As much as the amount of water entering the system is important to forecast the final level of reservoirs in April, the amount of power generated is also relevant to the results.

In order to estimate the demand for energy ahead, we built a model based on energy prices in the free market, industrial production, proportion of working days in the month and temperature. The intuition is simple: more-intense economic activity, a higher number of working days and higher temperatures lead to higher energy consumption, while higher prices lead to reduced demand.

With most of the data for 2014 already available, we estimate consumption growth of 1.9% compared with last year’s average, which is well below the average annual growth of 3.7% in the last ten years. For 2015, the model forecasts a reduction of 0.8% in energy demand (due to still relatively weak activity, high prices and a higher number of holidays on weekdays).

3) Modeling of affluent natural energy

Our modeling of Affluent Natural Energy (ANE) starts from a weighting of rainfall in several river basins, based on the significance to the generation of run-of-river hydroelectric power plants or the accumulation of reservoirs. Gross ANE as a percentage of the Long-Term Average (LTA, energy generated on historical hydrological conditions) is defined for each month in terms of weighted rainfall of that month and the previous two months (also as a percentage of the historical average).
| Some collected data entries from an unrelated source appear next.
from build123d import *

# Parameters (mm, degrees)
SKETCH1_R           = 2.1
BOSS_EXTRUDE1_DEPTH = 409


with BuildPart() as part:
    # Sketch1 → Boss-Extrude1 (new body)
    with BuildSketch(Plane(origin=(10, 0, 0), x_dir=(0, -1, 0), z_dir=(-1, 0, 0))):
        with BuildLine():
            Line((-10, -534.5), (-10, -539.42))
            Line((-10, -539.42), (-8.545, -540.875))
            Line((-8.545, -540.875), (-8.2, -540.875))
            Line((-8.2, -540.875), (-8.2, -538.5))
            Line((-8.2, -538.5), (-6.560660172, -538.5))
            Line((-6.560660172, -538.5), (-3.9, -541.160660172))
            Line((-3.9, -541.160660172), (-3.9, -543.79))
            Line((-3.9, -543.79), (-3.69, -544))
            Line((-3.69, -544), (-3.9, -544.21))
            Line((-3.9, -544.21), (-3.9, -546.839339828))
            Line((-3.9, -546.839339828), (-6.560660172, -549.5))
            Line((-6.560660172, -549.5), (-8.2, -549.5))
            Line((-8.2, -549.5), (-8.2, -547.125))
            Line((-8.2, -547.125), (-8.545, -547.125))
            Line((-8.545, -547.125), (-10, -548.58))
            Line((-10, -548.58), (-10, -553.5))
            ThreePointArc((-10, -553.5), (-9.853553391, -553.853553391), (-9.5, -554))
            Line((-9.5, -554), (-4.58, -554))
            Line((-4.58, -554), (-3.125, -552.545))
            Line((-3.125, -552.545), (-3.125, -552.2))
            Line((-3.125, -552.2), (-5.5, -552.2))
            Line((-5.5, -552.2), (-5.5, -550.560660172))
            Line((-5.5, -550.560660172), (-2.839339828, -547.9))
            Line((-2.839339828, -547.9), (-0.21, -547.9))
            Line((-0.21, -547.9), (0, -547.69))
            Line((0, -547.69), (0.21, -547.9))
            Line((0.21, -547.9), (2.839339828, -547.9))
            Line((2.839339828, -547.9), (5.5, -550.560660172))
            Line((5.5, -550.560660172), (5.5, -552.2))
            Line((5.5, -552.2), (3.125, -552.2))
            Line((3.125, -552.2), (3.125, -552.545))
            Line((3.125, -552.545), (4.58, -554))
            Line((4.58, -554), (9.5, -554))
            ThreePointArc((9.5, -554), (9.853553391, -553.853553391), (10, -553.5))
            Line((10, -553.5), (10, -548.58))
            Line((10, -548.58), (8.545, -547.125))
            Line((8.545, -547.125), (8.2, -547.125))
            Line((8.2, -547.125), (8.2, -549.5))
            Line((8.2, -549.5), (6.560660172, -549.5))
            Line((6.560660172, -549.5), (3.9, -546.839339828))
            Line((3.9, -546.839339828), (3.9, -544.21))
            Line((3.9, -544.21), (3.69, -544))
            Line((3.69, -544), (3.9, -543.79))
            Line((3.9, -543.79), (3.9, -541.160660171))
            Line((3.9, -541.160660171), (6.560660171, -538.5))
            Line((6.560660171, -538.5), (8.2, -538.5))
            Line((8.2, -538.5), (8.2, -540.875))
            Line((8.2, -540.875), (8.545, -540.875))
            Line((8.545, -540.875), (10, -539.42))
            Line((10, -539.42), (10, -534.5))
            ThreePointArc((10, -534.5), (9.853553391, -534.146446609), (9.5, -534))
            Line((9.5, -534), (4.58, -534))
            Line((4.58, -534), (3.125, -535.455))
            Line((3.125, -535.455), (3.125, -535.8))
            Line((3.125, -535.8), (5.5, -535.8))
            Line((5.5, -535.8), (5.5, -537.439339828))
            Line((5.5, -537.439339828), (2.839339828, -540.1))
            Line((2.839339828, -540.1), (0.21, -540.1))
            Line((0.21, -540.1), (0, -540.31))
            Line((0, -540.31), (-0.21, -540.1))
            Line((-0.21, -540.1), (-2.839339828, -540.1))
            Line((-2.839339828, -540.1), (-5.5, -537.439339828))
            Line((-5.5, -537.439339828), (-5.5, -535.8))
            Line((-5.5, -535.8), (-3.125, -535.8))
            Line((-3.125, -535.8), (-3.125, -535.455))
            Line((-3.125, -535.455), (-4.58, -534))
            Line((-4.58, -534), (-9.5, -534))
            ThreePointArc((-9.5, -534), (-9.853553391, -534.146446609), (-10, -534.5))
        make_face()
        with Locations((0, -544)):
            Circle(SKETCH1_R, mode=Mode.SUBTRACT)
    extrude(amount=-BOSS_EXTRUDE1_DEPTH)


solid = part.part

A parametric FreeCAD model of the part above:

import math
import FreeCAD as App
import Part
import Sketcher
from FreeCAD import Vector
Q = App.Units.Quantity

doc = App.newDocument("Part")
body = doc.addObject("PartDesign::Body", "Body")

# Sketch on YZ plane
sketch1 = body.newObject("Sketcher::SketchObject", "Sketch")
sketch1.AttachmentSupport = (doc.getObject("YZ_Plane"), [""])
sketch1.MapMode = "FlatFace"
sketch1.AttachmentOffset = App.Placement(Vector(0, 0, 10), App.Rotation())
sketch1.addGeometry([
    Part.LineSegment(Vector(10, -534.5, 0), Vector(10, -539.42, 0)),  # 0
    Part.LineSegment(Vector(10, -539.42, 0), Vector(8.545, -540.875, 0)),  # 1
    Part.LineSegment(Vector(8.545, -540.875, 0), Vector(8.2, -540.875, 0)),  # 2
    Part.LineSegment(Vector(8.2, -540.875, 0), Vector(8.2, -538.5, 0)),  # 3
    Part.LineSegment(Vector(8.2, -538.5, 0), Vector(6.56066, -538.5, 0)),  # 4
    Part.LineSegment(Vector(6.56066, -538.5, 0), Vector(3.9, -541.16066, 0)),  # 5
    Part.LineSegment(Vector(3.9, -541.16066, 0), Vector(3.9, -543.79, 0)),  # 6
    Part.LineSegment(Vector(3.9, -543.79, 0), Vector(3.69, -544, 0)),  # 7
    Part.LineSegment(Vector(3.69, -544, 0), Vector(3.9, -544.21, 0)),  # 8
    Part.LineSegment(Vector(3.9, -544.21, 0), Vector(3.9, -546.83934, 0)),  # 9
    Part.LineSegment(Vector(3.9, -546.83934, 0), Vector(6.56066, -549.5, 0)),  # 10
    Part.LineSegment(Vector(6.56066, -549.5, 0), Vector(8.2, -549.5, 0)),  # 11
    Part.LineSegment(Vector(8.2, -549.5, 0), Vector(8.2, -547.125, 0)),  # 12
    Part.LineSegment(Vector(8.2, -547.125, 0), Vector(8.545, -547.125, 0)),  # 13
    Part.LineSegment(Vector(8.545, -547.125, 0), Vector(10, -548.58, 0)),  # 14
    Part.LineSegment(Vector(10, -548.58, 0), Vector(10, -553.5, 0)),  # 15
    Part.ArcOfCircle(Part.Circle(Vector(9.5, -553.5, 0), Vector(0, 0, 1), 0.5), math.radians(-90), math.radians(0)),  # 16
    Part.LineSegment(Vector(9.5, -554, 0), Vector(4.58, -554, 0)),  # 17
    Part.LineSegment(Vector(4.58, -554, 0), Vector(3.125, -552.545, 0)),  # 18
    Part.LineSegment(Vector(3.125, -552.545, 0), Vector(3.125, -552.2, 0)),  # 19
    Part.LineSegment(Vector(3.125, -552.2, 0), Vector(5.5, -552.2, 0)),  # 20
    Part.LineSegment(Vector(5.5, -552.2, 0), Vector(5.5, -550.56066, 0)),  # 21
    Part.LineSegment(Vector(5.5, -550.56066, 0), Vector(2.83934, -547.9, 0)),  # 22
    Part.LineSegment(Vector(2.83934, -547.9, 0), Vector(0.21, -547.9, 0)),  # 23
    Part.LineSegment(Vector(0.21, -547.9, 0), Vector(0, -547.69, 0)),  # 24
    Part.LineSegment(Vector(0, -547.69, 0), Vector(-0.21, -547.9, 0)),  # 25
    Part.LineSegment(Vector(-0.21, -547.9, 0), Vector(-2.83934, -547.9, 0)),  # 26
    Part.LineSegment(Vector(-2.83934, -547.9, 0), Vector(-5.5, -550.56066, 0)),  # 27
    Part.LineSegment(Vector(-5.5, -550.56066, 0), Vector(-5.5, -552.2, 0)),  # 28
    Part.LineSegment(Vector(-5.5, -552.2, 0), Vector(-3.125, -552.2, 0)),  # 29
    Part.LineSegment(Vector(-3.125, -552.2, 0), Vector(-3.125, -552.545, 0)),  # 30
    Part.LineSegment(Vector(-3.125, -552.545, 0), Vector(-4.58, -554, 0)),  # 31
    Part.LineSegment(Vector(-4.58, -554, 0), Vector(-9.5, -554, 0)),  # 32
    Part.ArcOfCircle(Part.Circle(Vector(-9.5, -553.5, 0), Vector(0, 0, 1), 0.5), math.radians(180), math.radians(270)),  # 33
In addition to rain, we incorporated evidence in our models that the official models overestimate the power-generation capacity for a given intensity of rainfall. That is, rainfall levels in line with the historical average have been generating gross ANEs below the historical average. This discrepancy may be associated with difficulties in transmission lines and diversion of water from rivers and reservoirs for industrial and agricultural use, among other reasons.

Our regressions suggest two patterns for these inefficiencies: first, inefficiencies appear to have increased since April 2012. Second, inefficiencies are higher in the period characterized by increased rainfall and greater potential generation.

The chart above shows the actual gross ANE and the gross ANE forecasted by modeling (6-month moving average, to help visualization).

Given the gross ANE, the storable ANE is estimated by a model that considers monthly energy losses in line with the historical pattern.


 


[1] Aggregate level of the four basins of the National Integrated System.

[2] We aggregate the Risk-Aversion Curve (RAC) of the Southeast/Center-West, South and Northeast basins. The basin of the North region does not have an approved RAC, thus we use the lowest historical level since 2000.

[3] This is a relatively conservative assumption: the lines may never have been used to their maximum capacity.

[4] Except in case of the connection between the S and SE/CW, where loads transferred to the South have already reached 5,880, but the loads transferred to the SE/CW never exceeded 3,304 average MW (we use the latter value as a limit to estimate the transfer capacity to the SE/CW).